# Rabbits enjoying the garden *Pic Heavy*



## hazyreality (Jan 11, 2009)

My OH has just brought himself a Digital SLR Camera, and I said he had to take pictures of the rabbits. I wanted binky shot, never managed to get one because my camera is too slow! Well I have binky shots and more 


















































































More to follow......


----------



## $hAzZa (May 2, 2010)

Love the binky shots! Its hard getting shots because you never know when they are gonna spaz out :lol:


----------



## hazyreality (Jan 11, 2009)

*Heidi*


----------



## Guest (Apr 21, 2011)

Awwww, great pics 

Ya know I have to double take every time I see pics of Gypsy and Marley :lol::lol:


----------



## hazyreality (Jan 11, 2009)

B3rnie said:


> Awwww, great pics
> 
> Ya know I have to double take every time I see pics of Gypsy and Marley :lol::lol:


Lol, do you think I've stolen yours 
Honest they are mine, and I'm not sure I could deal with any more nethies! Although Bluey could come here to live with mine, he wouldnt know the difference 

*Heidi*


----------



## $hAzZa (May 2, 2010)

I have that solar powered light! My buns like to dig it out and toss it around 

Great pics


----------



## Guest (Apr 21, 2011)

hazyreality said:


> Lol, do you think I've stolen yours
> Honest they are mine, and I'm not sure I could deal with any more nethies! Although Bluey could come here to live with mine, he wouldnt know the difference
> 
> *Heidi*


:nono: keep your hands of the Bluey, Zooty makes a very good guard bunny LOL


----------



## purple_x (Dec 29, 2010)

They are amazing pics, you have super cute bunnies, can I steal one?!!

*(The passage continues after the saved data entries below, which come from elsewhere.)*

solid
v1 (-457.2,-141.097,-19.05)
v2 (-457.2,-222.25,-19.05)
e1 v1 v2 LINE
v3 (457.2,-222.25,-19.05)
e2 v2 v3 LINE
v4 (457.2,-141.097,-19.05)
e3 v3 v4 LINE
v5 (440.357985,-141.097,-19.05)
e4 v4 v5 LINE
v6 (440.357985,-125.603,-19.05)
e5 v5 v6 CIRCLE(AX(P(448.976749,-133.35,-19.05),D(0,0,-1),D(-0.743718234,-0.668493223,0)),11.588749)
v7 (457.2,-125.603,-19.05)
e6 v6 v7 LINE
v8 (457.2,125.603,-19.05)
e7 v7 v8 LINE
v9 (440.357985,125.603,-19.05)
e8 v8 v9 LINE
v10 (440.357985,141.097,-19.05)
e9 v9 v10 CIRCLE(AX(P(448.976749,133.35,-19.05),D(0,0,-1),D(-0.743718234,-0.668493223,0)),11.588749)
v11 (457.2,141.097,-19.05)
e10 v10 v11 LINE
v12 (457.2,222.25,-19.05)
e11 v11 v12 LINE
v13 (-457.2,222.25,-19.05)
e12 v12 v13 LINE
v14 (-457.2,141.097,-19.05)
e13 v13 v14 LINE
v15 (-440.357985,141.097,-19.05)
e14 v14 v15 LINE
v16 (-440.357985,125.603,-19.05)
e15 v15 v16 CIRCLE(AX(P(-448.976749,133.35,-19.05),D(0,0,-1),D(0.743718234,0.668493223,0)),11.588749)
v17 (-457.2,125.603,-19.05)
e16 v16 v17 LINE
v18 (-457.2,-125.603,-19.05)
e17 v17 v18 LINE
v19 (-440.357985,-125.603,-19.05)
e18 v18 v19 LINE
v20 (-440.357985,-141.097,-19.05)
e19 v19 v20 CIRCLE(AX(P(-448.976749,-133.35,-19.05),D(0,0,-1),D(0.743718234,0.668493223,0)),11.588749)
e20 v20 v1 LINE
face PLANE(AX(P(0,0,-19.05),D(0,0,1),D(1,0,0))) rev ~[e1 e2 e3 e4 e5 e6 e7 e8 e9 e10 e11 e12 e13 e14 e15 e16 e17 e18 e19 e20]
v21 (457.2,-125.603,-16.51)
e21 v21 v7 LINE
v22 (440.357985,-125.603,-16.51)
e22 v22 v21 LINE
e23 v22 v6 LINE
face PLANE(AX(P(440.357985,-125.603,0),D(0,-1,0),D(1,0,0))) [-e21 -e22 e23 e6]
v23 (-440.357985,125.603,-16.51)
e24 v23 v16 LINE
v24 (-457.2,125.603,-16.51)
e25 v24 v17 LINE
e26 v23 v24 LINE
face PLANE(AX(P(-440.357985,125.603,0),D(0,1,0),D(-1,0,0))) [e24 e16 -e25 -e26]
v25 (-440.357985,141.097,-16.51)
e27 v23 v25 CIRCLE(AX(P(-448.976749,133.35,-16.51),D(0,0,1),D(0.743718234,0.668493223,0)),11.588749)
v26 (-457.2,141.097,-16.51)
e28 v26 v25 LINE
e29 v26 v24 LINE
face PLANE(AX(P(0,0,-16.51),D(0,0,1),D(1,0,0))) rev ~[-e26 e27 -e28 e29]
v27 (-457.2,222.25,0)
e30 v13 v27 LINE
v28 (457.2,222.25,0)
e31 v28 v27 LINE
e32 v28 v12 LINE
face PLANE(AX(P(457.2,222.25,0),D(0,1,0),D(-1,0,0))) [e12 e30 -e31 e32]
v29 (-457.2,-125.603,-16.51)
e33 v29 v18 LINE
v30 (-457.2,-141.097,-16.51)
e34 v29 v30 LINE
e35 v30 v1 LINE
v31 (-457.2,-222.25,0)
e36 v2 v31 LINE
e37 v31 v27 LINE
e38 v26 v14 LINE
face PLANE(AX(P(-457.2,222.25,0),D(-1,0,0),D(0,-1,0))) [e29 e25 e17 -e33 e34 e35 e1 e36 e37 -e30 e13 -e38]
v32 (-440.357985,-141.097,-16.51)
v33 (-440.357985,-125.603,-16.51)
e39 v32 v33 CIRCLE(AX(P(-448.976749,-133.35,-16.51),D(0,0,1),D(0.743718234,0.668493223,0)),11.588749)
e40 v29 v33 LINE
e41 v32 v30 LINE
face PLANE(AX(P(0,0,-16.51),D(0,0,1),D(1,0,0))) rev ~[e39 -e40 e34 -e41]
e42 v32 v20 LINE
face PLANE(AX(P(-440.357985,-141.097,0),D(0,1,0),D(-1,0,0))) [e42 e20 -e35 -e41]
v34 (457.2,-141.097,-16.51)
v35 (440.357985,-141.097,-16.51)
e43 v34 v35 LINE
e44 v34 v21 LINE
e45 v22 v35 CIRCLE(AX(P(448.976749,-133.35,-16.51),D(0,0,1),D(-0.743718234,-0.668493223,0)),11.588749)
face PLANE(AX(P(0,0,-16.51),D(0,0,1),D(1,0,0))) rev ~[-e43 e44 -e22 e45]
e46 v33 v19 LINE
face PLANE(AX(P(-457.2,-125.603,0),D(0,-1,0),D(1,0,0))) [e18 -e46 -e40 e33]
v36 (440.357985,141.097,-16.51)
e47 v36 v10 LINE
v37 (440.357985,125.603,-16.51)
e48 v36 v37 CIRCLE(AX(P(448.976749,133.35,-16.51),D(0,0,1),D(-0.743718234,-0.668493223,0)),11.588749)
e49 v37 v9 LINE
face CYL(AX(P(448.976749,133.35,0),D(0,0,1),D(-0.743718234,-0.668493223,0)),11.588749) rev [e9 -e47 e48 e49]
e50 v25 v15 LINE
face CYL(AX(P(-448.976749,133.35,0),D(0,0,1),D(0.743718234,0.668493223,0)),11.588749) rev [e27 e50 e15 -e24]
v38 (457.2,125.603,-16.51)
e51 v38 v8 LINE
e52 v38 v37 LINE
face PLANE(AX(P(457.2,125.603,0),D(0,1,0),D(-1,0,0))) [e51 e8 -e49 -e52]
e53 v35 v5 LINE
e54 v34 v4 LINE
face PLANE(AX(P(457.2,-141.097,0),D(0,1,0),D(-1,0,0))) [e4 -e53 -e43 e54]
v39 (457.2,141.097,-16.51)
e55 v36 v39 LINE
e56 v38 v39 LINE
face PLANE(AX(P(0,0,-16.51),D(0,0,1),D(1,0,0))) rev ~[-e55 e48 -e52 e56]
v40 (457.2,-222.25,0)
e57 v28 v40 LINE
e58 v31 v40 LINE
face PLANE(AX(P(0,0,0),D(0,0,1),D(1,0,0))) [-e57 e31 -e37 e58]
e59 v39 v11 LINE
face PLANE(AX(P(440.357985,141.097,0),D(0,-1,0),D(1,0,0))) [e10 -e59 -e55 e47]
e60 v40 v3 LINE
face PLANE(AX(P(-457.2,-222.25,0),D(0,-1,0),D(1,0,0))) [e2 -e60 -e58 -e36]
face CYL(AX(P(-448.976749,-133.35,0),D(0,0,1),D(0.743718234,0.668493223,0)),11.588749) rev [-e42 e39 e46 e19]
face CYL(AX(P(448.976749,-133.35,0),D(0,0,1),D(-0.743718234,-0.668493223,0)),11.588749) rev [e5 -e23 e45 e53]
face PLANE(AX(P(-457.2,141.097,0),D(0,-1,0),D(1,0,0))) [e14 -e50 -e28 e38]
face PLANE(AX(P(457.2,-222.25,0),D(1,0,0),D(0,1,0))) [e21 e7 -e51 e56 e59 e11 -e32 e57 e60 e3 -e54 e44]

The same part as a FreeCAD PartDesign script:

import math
import FreeCAD as App
import Part
import Sketcher
from FreeCAD import Vector
Q = App.Units.Quantity


def add_polygon(sketch, points):
    """Adds a closed chain of lines whose ends are joined by coincident constraints."""
    first, n = sketch.GeometryCount, len(points)
    for a, b in zip(points, points[1:] + points[:1]):
        sketch.addGeometry(Part.LineSegment(App.Vector(*a, 0), App.Vector(*b, 0)), False)
    for i in range(n):
        sketch.addConstraint(Sketcher.Constraint("Coincident", first + i, 2, first + (i + 1) % n, 1))

doc = App.newDocument("Part")
params = doc.addObject("Spreadsheet::Sheet", "Params")
for row, (alias, value) in enumerate([
    ("sketch1_width", "36 in"),
    ("sketch1_height", "17.5 in"),
    ("pad1_length", "0.65 in"),
    ("sketch2_width", "36 in"),
    ("sketch2_height", "9.89 in"),
    ("pad2_length", "0.75 in"),
], start=1):
    params.set(f"A{row}", alias)
    params.set(f"B{row}", "=" + value)
    params.setAlias(f"B{row}", alias)

body = doc.addObject("PartDesign::Body", "Body")

# Sketch on XY plane
sketch1 = doc.addObject("Sketcher::SketchObject", "Sketch")
body.addObject(sketch1)
sketch1.AttachmentSupport = (doc.XY_Plane, [""])
sketch1.MapMode = "FlatFace"
add_polygon(sketch1, [(457.2, 222.25), (-457.2, 222.25), (-457.2, -222.25), (457.2, -222.25)])  # lines 0-3
sketch1.addConstraint([
    Sketcher.Constraint("Horizontal", 0),
    Sketcher.Constraint("Vertical", 1),
    Sketcher.Constraint("Horizontal", 2),
    Sketcher.Constraint("Vertical", 3),
    Sketcher.Constraint("Symmetric", 0, 2, 2, 2, -1, 1),
    Sketcher.Constraint("DistanceX", 0, 2, 0, 1, Q("36 in")),
    Sketcher.Constraint("DistanceY", 1, 2, 1, 1, Q("17.5 in")),
])
sketch1.setExpression("Constraints[9]", "Params.sketch1_width")
sketch1.setExpression("Constraints[10]", "Params.sketch1_height")
pad1 = doc.addObject("PartDesign::Pad", "Pad")
body.addObject(pad1)
pad1.Profile = sketch1
pad1.setExpression("Length", "Params.pad1_length")
pad1.Reversed = True

# Sketch on XY plane
sketch2 = doc.addObject("Sketcher::SketchObject", "Sketch001")
body.addObject(sketch2)
sketch2.AttachmentSupport = (doc.XY_Plane, [""])
sketch2.MapMode = "FlatFace"
sketch2.addGeometry([
    Part.LineSegment(Vector(457.2, 141.097, 0), Vector(457.2, 222.25, 0)),  # 0
    Part.LineSegment(Vector(457.2, 222.25, 0), Vector(-457.2, 222.25, 0)),  # 1
    Part.LineSegment(Vector(-457.2, 222.25, 0), Vector(-457.2, 141.097, 0)),  # 2
    Part.LineSegment(Vector(-457.2, 141.097, 0), Vector(-440.357985, 141.097, 0)),  # 3
    Part.ArcOfCircle(Part.Circle(Vector(-448.976749, 133.35, 0), Vector(0, 0, 1), 11.588749), math.radians(-41.950877), math.radians(41.950877)),  # 4
    Part.LineSegment(Vector(-440.357985, 125.603, 0), Vector(-457.2, 125.603, 0)),  # 5
    Part.LineSegment(Vector(-457.2, 125.603, 0), Vector(-457.2, -125.603, 0)),  # 6
    Part.LineSegment(Vector(-457.2, -125.603, 0), Vector(-440.357985, -125.603, 0)),  # 7
    Part.ArcOfCircle(Part.Circle(Vector(-448.976749, -133.35, 0), Vector(0, 0, 1), 11.588749), math.radians(-41.950877), math.radians(41.950877)),  # 8
    Part.LineSegment(Vector(-440.357985, -141.097, 0), Vector(-457.2, -141.097, 0)),  # 9
    Part.LineSegment(Vector(-457.2, -141.097, 0), Vector(-457.2, -222.25, 0)),  # 10
    Part.LineSegment(Vector(-457.2, -222.25, 0), Vector(457.2, -222.25, 0)),  # 11
    Part.LineSegment(Vector(457.2, -222.25, 0), Vector(457.2, -141.097, 0)),  # 12
    Part.LineSegment(Vector(457.2, -141.097, 0), Vector(440.357985, -141.097, 0)),  # 13
    Part.ArcOfCircle(Part.Circle(Vector(448.976749, -133.35, 0), Vector(0, 0, 1), 11.588749), math.radians(138.049123), math.radians(221.950877)),  # 14
    Part.LineSegment(Vector(440.357985, -125.603, 0), Vector(457.2, -125.603, 0)),  # 15
    Part.LineSegment(Vector(457.2, -125.603, 0), Vector(457.2, 125.603, 0)),  # 16
    Part.LineSegment(Vector(457.2, 125.603, 0), Vector(440.357985, 125.603, 0)),  # 17
    Part.ArcOfCircle(Part.Circle(Vector(448.976749, 133.35, 0), Vector(0, 0, 1), 11.588749), math.radians(138.049123), math.radians(221.950877)),  # 18
    Part.LineSegment(Vector(440.357985, 141.097, 0), Vector(457.2, 141.097, 0)),  # 19
], False)
sketch2.addConstraint([
    Sketcher.Constraint("Coincident", 0, 2, 1, 1),
    Sketcher.Constraint("Coincident", 1, 2, 2, 1),
    Sketcher.Constraint("Coincident", 2, 2, 3, 1),
    Sketcher.Constraint("Coincident", 3, 2, 4, 2),
    Sketcher.Constraint("Coincident", 4, 1, 5, 1),
    Sketcher.Constraint("Coincident", 5, 2, 6, 1),
    Sketcher.Constraint("Coincident", 6, 2, 7, 1),
    Sketcher.Constraint("Coincident", 7, 2, 8, 2),
    Sketcher.Constraint("Coincident", 8, 1, 9, 1),
    Sketcher.Constraint("Coincident", 9, 2, 10, 1),
    Sketcher.Constraint("Coincident", 10, 2, 11, 1),
    Sketcher.Constraint("Coincident", 11, 2, 12, 1),
    Sketcher.Constraint("Coincident", 12, 2, 13, 1),
    Sketcher.Constraint("Coincident", 13, 2, 14, 2),
    Sketcher.Constraint("Coincident", 14, 1, 15, 1),
    Sketcher.Constraint("Coincident", 15, 2, 16, 1),
    Sketcher.Constraint("Coincident", 16, 2, 17, 1),
    Sketcher.Constraint("Coincident", 17, 2, 18, 2),
    Sketcher.Constraint("Coincident", 18, 1, 19, 1),
    Sketcher.Constraint("Coincident", 19, 2, 0, 1),
    Sketcher.Constraint("Vertical", 0),
    Sketcher.Constraint("Horizontal", 1),
    Sketcher.Constraint("Vertical", 2),
    Sketcher.Constraint("Horizontal", 3),
    Sketcher.Constraint("Horizontal", 5),
    Sketcher.Constraint("Vertical", 6),
    Sketcher.Constraint("Horizontal", 7),
    Sketcher.Constraint("Horizontal", 9),
    Sketcher.Constraint("Vertical", 10),
    Sketcher.Constraint("Horizontal", 11),
    Sketcher.Constraint("Vertical", 12),
    Sketcher.Constraint("Horizontal", 13),
    Sketcher.Constraint("Horizontal", 15),
    Sketcher.Constraint("Vertical", 16),
    Sketcher.Constraint("Horizontal", 17),
    Sketcher.Constraint("Horizontal", 19),
    Sketcher.Constraint("Equal", 4, 8),
    Sketcher.Constraint("Equal", 8, 14),
    Sketcher.Constraint("Equal", 14, 18),
    Sketcher.Constraint("Symmetric", 4, 3, 14, 3, -1, 1),
    Sketcher.Constraint("Symmetric", 8, 3, 18, 3, -1, 1),
    Sketcher.Constraint("Symmetric", 0, 2, 10, 2, -1, 1),
    Sketcher.Constraint("Symmetric", 2, 2, 12, 2, -1, 1),
    Sketcher.Constraint("Symmetric", 5, 2, 15, 2, -1, 1),
    Sketcher.Constraint("Symmetric", 8, 3, 14, 3, -2),
    Sketcher.Constraint("Symmetric", 9, 2, 12, 2, -2),
    Sketcher.Constraint("Horizontal", 7, 2, 14, 1),
    Sketcher.Constraint("Horizontal", 5, 2, 16, 2),
    Sketcher.Constraint("Horizontal", 3, 2, 18, 1),
    Sketcher.Constraint("Vertical", 3, 2, 4, 1),
    Sketcher.Constraint("Vertical", 2, 2, 5, 2),
    Sketcher.Constraint("DistanceX", 1, 2, 1, 1, Q("36 in")),
    Sketcher.Constraint("DistanceY", 14, 3, 0, 2, Q("14 in")),
    Sketcher.Constraint("DistanceY", 6, 2, 6, 1, Q("9.89 in")),
    Sketcher.Constraint("DistanceY", 8, 3, 4, 3, Q("10.5 in")),
    Sketcher.Constraint("Radius", 4, Q("11.588749 mm")),
    Sketcher.Constraint("DistanceX", 8, 3, 14, 3, Q("35.3524999 in")),
])
sketch2.setExpression("Constraints[51]", "Params.sketch2_width")
sketch2.setExpression("Constraints[53]", "Params.sketch2_height")
pad2 = doc.addObject("PartDesign::Pad", "Pad001")
body.addObject(pad2)
pad2.Profile = sketch2
pad2.setExpression("Length", "Params.pad2_length")
pad2.Reversed = True

doc.recompute()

I loooove the 4th pic in the first lot of pics, bunny looks like he's a helicopter taking off


----------



## hazyreality (Jan 11, 2009)

purple_x said:


> They are amazing pics, you have super cute bunnies, can I steal one?!!
> 
> I loooove the 4th pic in the first lot of pics, bunny looks like he's a helicopter taking off


Afraid not! The guinea pigs are the alarm system, which wakes up the GSD who will bring you a beheaded toy! But they are super cute! 

*Heidi*


----------



## BeagleOesx (Oct 9, 2009)

:thumbup: Lovely pics from your OH's new camera, they are great shots of very happy bunnies.


----------



## hazyreality (Jan 11, 2009)

BeagleOesx said:


> :thumbup: Lovely pics from your OH's new camera, they are great shots of very happy bunnies.

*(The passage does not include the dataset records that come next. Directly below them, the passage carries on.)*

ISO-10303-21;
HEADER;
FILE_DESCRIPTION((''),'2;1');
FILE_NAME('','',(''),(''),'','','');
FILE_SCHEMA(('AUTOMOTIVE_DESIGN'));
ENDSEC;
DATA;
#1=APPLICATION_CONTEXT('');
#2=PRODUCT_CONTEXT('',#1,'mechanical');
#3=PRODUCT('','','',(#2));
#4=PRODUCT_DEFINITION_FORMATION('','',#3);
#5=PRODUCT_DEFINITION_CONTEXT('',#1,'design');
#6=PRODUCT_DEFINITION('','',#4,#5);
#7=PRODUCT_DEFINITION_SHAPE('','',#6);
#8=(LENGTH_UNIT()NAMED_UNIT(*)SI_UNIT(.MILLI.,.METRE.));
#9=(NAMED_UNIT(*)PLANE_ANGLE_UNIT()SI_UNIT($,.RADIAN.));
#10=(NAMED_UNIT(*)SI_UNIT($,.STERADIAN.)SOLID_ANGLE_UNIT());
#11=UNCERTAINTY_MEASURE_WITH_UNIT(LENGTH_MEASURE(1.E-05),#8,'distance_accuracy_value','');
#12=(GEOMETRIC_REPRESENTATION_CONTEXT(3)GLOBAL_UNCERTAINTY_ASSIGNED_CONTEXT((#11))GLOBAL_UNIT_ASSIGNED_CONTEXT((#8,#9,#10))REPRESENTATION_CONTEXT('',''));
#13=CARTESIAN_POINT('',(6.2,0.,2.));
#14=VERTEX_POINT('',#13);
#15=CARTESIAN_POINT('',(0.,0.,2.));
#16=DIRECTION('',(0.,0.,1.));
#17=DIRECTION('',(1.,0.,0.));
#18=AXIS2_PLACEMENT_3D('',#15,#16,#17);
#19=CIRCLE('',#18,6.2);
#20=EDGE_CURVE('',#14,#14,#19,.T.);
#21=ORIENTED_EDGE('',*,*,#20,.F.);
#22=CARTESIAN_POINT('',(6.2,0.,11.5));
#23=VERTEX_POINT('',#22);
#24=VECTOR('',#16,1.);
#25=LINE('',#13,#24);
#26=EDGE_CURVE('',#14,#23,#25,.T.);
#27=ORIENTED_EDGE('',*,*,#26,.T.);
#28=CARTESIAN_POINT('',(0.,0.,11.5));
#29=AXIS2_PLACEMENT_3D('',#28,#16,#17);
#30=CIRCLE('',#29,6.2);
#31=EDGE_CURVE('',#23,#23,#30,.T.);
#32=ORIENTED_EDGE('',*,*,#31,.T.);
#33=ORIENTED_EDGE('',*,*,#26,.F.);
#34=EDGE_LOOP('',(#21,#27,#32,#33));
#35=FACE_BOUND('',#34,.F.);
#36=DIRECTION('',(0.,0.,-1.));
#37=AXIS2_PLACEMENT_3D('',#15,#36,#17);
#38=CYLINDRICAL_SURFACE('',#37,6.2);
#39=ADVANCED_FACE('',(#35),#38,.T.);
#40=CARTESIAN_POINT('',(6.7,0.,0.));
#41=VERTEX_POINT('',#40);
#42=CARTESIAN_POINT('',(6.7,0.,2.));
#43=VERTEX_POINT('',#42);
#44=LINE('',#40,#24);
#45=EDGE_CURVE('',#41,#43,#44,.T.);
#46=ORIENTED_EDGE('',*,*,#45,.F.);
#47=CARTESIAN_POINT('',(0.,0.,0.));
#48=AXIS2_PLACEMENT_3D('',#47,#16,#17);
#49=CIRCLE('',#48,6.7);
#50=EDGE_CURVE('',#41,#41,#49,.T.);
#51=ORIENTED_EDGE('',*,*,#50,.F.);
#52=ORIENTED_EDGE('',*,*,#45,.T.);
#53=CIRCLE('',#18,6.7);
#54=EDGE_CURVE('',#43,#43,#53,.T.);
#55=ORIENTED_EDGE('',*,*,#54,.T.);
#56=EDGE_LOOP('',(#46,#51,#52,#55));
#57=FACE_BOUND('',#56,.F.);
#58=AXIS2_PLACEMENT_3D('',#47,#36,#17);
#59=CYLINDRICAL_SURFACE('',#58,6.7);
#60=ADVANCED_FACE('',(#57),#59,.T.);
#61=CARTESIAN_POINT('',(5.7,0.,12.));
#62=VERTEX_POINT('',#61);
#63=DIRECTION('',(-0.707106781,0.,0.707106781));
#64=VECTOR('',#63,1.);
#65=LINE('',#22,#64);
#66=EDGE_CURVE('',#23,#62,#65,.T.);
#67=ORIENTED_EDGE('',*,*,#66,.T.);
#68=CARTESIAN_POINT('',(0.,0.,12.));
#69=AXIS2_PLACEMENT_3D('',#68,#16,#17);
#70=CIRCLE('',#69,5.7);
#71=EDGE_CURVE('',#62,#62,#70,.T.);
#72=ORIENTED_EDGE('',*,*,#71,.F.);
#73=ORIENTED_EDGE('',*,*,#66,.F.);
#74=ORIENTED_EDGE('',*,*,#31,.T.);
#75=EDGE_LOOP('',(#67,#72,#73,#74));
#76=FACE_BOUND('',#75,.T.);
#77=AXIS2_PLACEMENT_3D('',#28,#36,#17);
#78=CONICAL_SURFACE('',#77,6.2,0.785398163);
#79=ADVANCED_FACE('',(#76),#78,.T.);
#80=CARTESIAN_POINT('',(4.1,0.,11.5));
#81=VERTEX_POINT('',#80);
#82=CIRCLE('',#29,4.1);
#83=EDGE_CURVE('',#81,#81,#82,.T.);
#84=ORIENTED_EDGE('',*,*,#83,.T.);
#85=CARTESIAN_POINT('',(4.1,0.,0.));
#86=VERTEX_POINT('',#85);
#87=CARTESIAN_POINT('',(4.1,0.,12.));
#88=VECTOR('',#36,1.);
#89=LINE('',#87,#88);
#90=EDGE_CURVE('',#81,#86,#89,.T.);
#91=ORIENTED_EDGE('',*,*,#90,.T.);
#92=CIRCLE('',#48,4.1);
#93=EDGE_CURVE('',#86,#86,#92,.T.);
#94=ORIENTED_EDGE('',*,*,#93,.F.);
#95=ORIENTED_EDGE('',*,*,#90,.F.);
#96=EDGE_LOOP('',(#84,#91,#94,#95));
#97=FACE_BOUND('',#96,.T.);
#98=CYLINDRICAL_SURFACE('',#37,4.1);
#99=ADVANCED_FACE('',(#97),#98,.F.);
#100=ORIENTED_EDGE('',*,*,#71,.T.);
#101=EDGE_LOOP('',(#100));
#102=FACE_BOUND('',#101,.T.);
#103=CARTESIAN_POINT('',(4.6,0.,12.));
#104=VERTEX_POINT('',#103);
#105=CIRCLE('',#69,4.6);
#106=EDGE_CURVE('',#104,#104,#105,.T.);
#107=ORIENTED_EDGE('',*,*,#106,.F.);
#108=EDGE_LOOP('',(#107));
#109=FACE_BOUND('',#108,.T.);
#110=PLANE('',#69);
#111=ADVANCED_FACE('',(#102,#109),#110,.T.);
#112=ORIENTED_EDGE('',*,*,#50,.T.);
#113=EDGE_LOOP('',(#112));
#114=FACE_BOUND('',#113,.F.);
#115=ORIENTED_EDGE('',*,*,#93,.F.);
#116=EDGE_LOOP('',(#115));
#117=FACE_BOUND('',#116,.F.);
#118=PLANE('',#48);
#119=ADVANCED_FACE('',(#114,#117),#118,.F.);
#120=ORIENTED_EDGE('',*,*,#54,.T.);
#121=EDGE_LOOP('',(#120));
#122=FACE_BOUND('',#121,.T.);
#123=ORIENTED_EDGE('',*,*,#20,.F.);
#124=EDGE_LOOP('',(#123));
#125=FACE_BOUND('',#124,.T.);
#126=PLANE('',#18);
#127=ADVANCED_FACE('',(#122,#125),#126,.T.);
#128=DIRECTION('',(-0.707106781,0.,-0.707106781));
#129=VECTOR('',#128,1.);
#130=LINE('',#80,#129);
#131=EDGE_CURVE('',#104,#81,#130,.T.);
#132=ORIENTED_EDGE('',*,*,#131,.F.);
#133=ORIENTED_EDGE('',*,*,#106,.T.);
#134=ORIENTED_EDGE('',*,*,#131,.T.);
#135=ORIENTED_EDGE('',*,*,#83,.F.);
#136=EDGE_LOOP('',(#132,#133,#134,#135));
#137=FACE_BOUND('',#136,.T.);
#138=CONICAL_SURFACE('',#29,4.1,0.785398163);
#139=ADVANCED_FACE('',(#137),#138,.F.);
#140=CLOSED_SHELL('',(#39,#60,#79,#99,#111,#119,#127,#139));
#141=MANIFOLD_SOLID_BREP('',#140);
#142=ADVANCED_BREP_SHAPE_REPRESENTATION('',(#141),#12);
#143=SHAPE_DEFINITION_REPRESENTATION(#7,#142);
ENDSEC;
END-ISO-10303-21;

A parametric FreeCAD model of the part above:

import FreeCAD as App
import Part
import Sketcher

V = App.Vector


def edges_at(feature, points):
    """Names of the edges that pass closest to the given points."""
    edges = feature.Shape.Edges
    near = lambda p: min(range(len(edges)), key=lambda i: edges[i].distToShape(Part.Vertex(*p))[0])
    return sorted({f"Edge{near(p) + 1}" for p in points})

doc = App.newDocument("Part")
body = doc.addObject("PartDesign::Body", "Body")

# Sketch on XY plane
sketch1 = body.newObject("Sketcher::SketchObject", "Sketch")
sketch1.AttachmentSupport = (doc.getObject("XY_Plane"), [""])
sketch1.MapMode = "FlatFace"
sketch1.addGeometry(Part.Circle(V(0, 0, 0), V(0, 0, 1), 6.7), False)
sketch1.addGeometry(Part.Circle(V(0, 0, 0), V(0, 0, 1), 4.1), False)
sketch1.addConstraint(Sketcher.Constraint("Coincident", 0, 3, -1, 1))
sketch1.addConstraint(Sketcher.Constraint("Coincident", 1, 3, -1, 1))
sketch1.addConstraint(Sketcher.Constraint("Diameter", 0, 13.4))
sketch1.addConstraint(Sketcher.Constraint("Diameter", 1, 8.2))
pad1 = body.newObject("PartDesign::Pad", "Pad")
pad1.Profile = sketch1
pad1.Length = 2

# Sketch on XY plane
sketch2 = body.newObject("Sketcher::SketchObject", "Sketch001")
sketch2.AttachmentSupport = (doc.getObject("XY_Plane"), [""])
sketch2.MapMode = "FlatFace"
sketch2.AttachmentOffset = App.Placement(V(0, 0, 2), App.Rotation())
sketch2.addGeometry(Part.Circle(V(0, 0, 0), V(0, 0, 1), 6.2), False)
sketch2.addGeometry(Part.Circle(V(0, 0, 0), V(0, 0, 1), 4.1), False)
sketch2.addConstraint(Sketcher.Constraint("Coincident", 0, 3, -1, 1))
sketch2.addConstraint(Sketcher.Constraint("Coincident", 1, 3, -1, 1))
sketch2.addConstraint(Sketcher.Constraint("Diameter", 0, 12.4))
sketch2.addConstraint(Sketcher.Constraint("Diameter", 1, 8.2))
pad2 = body.newObject("PartDesign::Pad", "Pad001")
pad2.Profile = sketch2
pad2.Length = 10
doc.recompute()

chamfer = body.newObject("PartDesign::Chamfer", "Chamfer")
chamfer.Base = (pad2, edges_at(pad2, [(-4.1, 0, 12), (-6.2, 0, 12)]))
chamfer.Size = 0.5

doc.recompute()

Thankyou  I'm happy to have binky shots finally!

*Heidi*


----------



## NoSpecialFeaturesHere (Nov 23, 2008)

Awz, happy bunnies.  They're completely gorgeous, bless their little beanie bums.


----------



## wacky (Jan 23, 2011)

aww they look realy happy :001_wub::001_wub::001_wub:


----------



## crofty (May 2, 2008)

Awwwwww happy bunnehs!!!!!


----------



## hazyreality (Jan 11, 2009)

Thanks guys they really are a happy bunch  They tend to just chill when they are in the shed and run, with the occasional mad moment but when I let them in the garden they go nuts! 
I has some videos that have me in stitches but photobucket wont upload them, did 2% in half hour!

*Heidi*


----------



## emzybabe (Jun 30, 2009)

so lovely to see I can never get action shots either I'll have to invest in a new camera. Have to say Mclaren is showing her age tho


----------



## hazyreality (Jan 11, 2009)

emzybabe said:


> so lovely to see I can never get action shots either I'll have to invest in a new camera. Have to say Mclaren is showing her age tho


I sometimes think he is but then he is the one who comes out to greet me everyday and binkys back into the shed when I say "come on out my way!" He is 5 1/2 roughly now, I think Rascal is actually older even tho I havn't had him so long because he was estimated at 2 yrs when I got him.

*Heidi*


----------



## happysaz133 (Jun 5, 2008)

Great photos, they are all gorgeous!


----------



## alster (Apr 21, 2011)

So cute - it's lovely to see pet rabbits with so much freedom! I let my two out for a couple of hours tonight... They're obsessed with feet - when they see me in flip-flops they come running up and start sniffing my toes!!


----------



## hazyreality (Jan 11, 2009)

Thanks guys 
Alster, they all have their little quirks dont they  I don't wear flip flops so I dunno what mine would make of feet that wernt in trainers!

*Heidi*


----------